Part of what hurt them was the weather. Entire city of Dallas and nearby region was all but shut down for several days this week. I know dozens who planned to go but had to cancel. Just too hard to travel.


----------



## carlosii (Feb 25, 2007)

BubbaDean1 said:


> Waiting on the recurve pink fletching class.


Don't tell me you're gonna shoot it in a pink tutu???

YIKES!!


----------



## Joseph McCluske (Jun 8, 2005)

BubbaDean1 said:


> Waiting on the recurve pink fletching class.


So many classes I'm waiting for the stay home and mail in your card class...


----------



## eholguin13 (Nov 3, 2006)

Funny it use to be that everyone wanted there own little class. Now you get more options and it's the problem. Truth in the saying you can't please them all.


----------



## BubbaDean1 (Dec 20, 2014)

joseph mccluske said:


> so many classes i'm waiting for the stay home and mail in your card class...


+1 lol


----------



## tmorelli (Jul 31, 2005)

eholguin13 said:


> Funny it use to be that everyone wanted there own little class. Now you get more options and it's the problem. Truth in the saying you can't please them all.


Too many classes is a real problem. With already poor attendance, they are so diluted, there is no upside to winning....no cash, no glory, and what does a win "prove"? This becomes a vicious cycle.... Why would someone fork out the cash and take the time to travel to shoots with no upside? They don't....and that has been proven several times now. 
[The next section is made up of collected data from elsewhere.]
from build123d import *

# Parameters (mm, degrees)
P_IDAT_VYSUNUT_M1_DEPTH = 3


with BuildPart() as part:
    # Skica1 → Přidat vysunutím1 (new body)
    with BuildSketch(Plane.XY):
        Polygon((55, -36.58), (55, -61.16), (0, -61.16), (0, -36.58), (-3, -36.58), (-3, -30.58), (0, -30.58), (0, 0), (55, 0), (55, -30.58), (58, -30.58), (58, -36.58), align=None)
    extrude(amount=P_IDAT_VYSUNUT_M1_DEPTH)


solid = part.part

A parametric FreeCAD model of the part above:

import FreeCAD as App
import Part
import Sketcher
from FreeCAD import Vector
Q = App.Units.Quantity

doc = App.newDocument("Part")
body = doc.addObject("PartDesign::Body", "Body")

sketch1 = doc.addObject("Sketcher::SketchObject", "Sketch")
body.addObject(sketch1)
sketch1.AttachmentSupport = (doc.XY_Plane, [""])
sketch1.MapMode = "FlatFace"
sketch1.addGeometry(Part.LineSegment(Vector(55, -61.2, 0), Vector(55, -36.6, 0)), False)
sketch1.addGeometry(Part.LineSegment(Vector(55, -36.6, 0), Vector(58, -36.6, 0)), False)
sketch1.addGeometry(Part.LineSegment(Vector(58, -36.6, 0), Vector(58, -30.6, 0)), False)
sketch1.addGeometry(Part.LineSegment(Vector(58, -30.6, 0), Vector(55, -30.6, 0)), False)
sketch1.addGeometry(Part.LineSegment(Vector(55, -30.6, 0), Vector(55, 0, 0)), False)
sketch1.addGeometry(Part.LineSegment(Vector(55, 0, 0), Vector(0, 0, 0)), False)
sketch1.addGeometry(Part.LineSegment(Vector(0, 0, 0), Vector(0, -30.6, 0)), False)
sketch1.addGeometry(Part.LineSegment(Vector(0, -30.6, 0), Vector(-3, -30.6, 0)), False)
sketch1.addGeometry(Part.LineSegment(Vector(-3, -30.6, 0), Vector(-3, -36.6, 0)), False)
sketch1.addGeometry(Part.LineSegment(Vector(-3, -36.6, 0), Vector(0, -36.6, 0)), False)
sketch1.addGeometry(Part.LineSegment(Vector(0, -36.6, 0), Vector(0, -61.2, 0)), False)
sketch1.addGeometry(Part.LineSegment(Vector(0, -61.2, 0), Vector(55, -61.2, 0)), False)
sketch1.addConstraint(Sketcher.Constraint("Coincident", 0, 2, 1, 1))
sketch1.addConstraint(Sketcher.Constraint("Coincident", 1, 2, 2, 1))
sketch1.addConstraint(Sketcher.Constraint("Coincident", 2, 2, 3, 1))
sketch1.addConstraint(Sketcher.Constraint("Coincident", 3, 2, 4, 1))
sketch1.addConstraint(Sketcher.Constraint("Coincident", 4, 2, 5, 1))
sketch1.addConstraint(Sketcher.Constraint("Coincident", 5, 2, 6, 1))
sketch1.addConstraint(Sketcher.Constraint("Coincident", 6, 2, 7, 1))
sketch1.addConstraint(Sketcher.Constraint("Coincident", 7, 2, 8, 1))
sketch1.addConstraint(Sketcher.Constraint("Coincident", 8, 2, 9, 1))
sketch1.addConstraint(Sketcher.Constraint("Coincident", 9, 2, 10, 1))
sketch1.addConstraint(Sketcher.Constraint("Coincident", 10, 2, 11, 1))
sketch1.addConstraint(Sketcher.Constraint("Coincident", 11, 2, 0, 1))
sketch1.addConstraint(Sketcher.Constraint("Vertical", 0))
sketch1.addConstraint(Sketcher.Constraint("Horizontal", 1))
sketch1.addConstraint(Sketcher.Constraint("Vertical", 2))
sketch1.addConstraint(Sketcher.Constraint("Horizontal", 3))
sketch1.addConstraint(Sketcher.Constraint("Vertical", 4))
sketch1.addConstraint(Sketcher.Constraint("Horizontal", 5))
sketch1.addConstraint(Sketcher.Constraint("Vertical", 6))
sketch1.addConstraint(Sketcher.Constraint("Horizontal", 7))
sketch1.addConstraint(Sketcher.Constraint("Vertical", 8))
sketch1.addConstraint(Sketcher.Constraint("Horizontal", 9))
sketch1.addConstraint(Sketcher.Constraint("Vertical", 10))
sketch1.addConstraint(Sketcher.Constraint("Horizontal", 11))
sketch1.addConstraint(Sketcher.Constraint("Coincident", 5, 2, -1, 1))
sketch1.addConstraint(Sketcher.Constraint("PointOnObject", 9, 2, -2))
sketch1.addConstraint(Sketcher.Constraint("Horizontal", 3, 2, 6, 2))
sketch1.addConstraint(Sketcher.Constraint("Horizontal", 1, 2, 8, 2))
sketch1.addConstraint(Sketcher.Constraint("Vertical", 0, 2, 3, 2))
sketch1.addConstraint(Sketcher.Constraint("Equal", 3, 7))
sketch1.addConstraint(Sketcher.Constraint("DistanceX", 1, 1, 1, 2, Q("3 mm")))
sketch1.addConstraint(Sketcher.Constraint("DistanceX", 5, 2, 5, 1, Q("55 mm")))
sketch1.addConstraint(Sketcher.Constraint("DistanceY", 2, 1, 2, 2, Q("6 mm")))
sketch1.addConstraint(Sketcher.Constraint("DistanceY", 0, 1, 0, 2, Q("24.58 mm")))
sketch1.addConstraint(Sketcher.Constraint("DistanceY", 4, 1, 4, 2, Q("30.58 mm")))
pad1 = doc.addObject("PartDesign::Pad", "Pad")
body.addObject(pad1)
pad1.Profile = sketch1
pad1.Length = 3

doc.recompute()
Big fish, small pond. Hey, there's truth in that saying too.

Archers have a choice to make. Most operate at the extent of their time and money now. They're going where they get the most bang for their buck. Local archers shoot local tournaments for the lax rules and low costs. They aren't showing up to Regions with any reliability.


----------



## Jaliv92 (Apr 2, 2013)




----------



## eholguin13 (Nov 3, 2006)

tmorelli said:


> Too many classes is a real problem. With already poor attendance, they are so diluted, there is no upside to winning....no cash, no glory, and what does a win "prove"? This becomes a vicious cycle.... Why would someone fork out the cash and take the time to travel to shoots with no upside? They don't....and that has been proven several times now.
> 
> Big fish, small pond. Hey, there's truth in that saying too.
> 
> Archers have a choice to make. Most operate at the extent of their time and money now. They're going where they get the most bang for their buck. Local archers shoot local tournaments for the lax rules and low costs. They aren't showing up to Regions with any reliability.



So your telling me that the following classes which are the ONLY difference between the two organizations are killing attendance and money: 


Mens open extreme
Womens open extreme 
Limited open
Bowhunter Champion
Womens hunter extreme
Mens hunter extreme
Traditional long bow
and finally Young adult ladies open. The logic does not add up to me on that, 34 ASA classes 35 Regions classes listed on each of there respective web sites.


----------



## schmel_me (Dec 17, 2003)

I think its more complicated than that. You have to have a class that's fits all your shooters. Like the ASA does. But regions is trying to do all of it at once. Low attendance and too many classes dilute the classes horribly bad. 
What do they do now cut a bunch of classes? then a select few would cry they don't have "their" class. Those select cryers probably aren't going to attend anyway! I really hope the northern shoots work we don't have much asa style up here.


----------



## tmorelli (Jul 31, 2005)

eholguin13 said:


> So your telling me that the following classes which are the ONLY difference between the two organizations are killing attendance and money:
> 
> 
> Mens open extreme
> ...


No, it is far from the ONLY difference. I'd say the value proposition is off in other areas as well. Since I don't want to "bash" Regions and we're talking about the classes, what I mean to say is that the number of classes dilutes participation into so many small buckets, there is no incentive for many shooters to invest in these shoots.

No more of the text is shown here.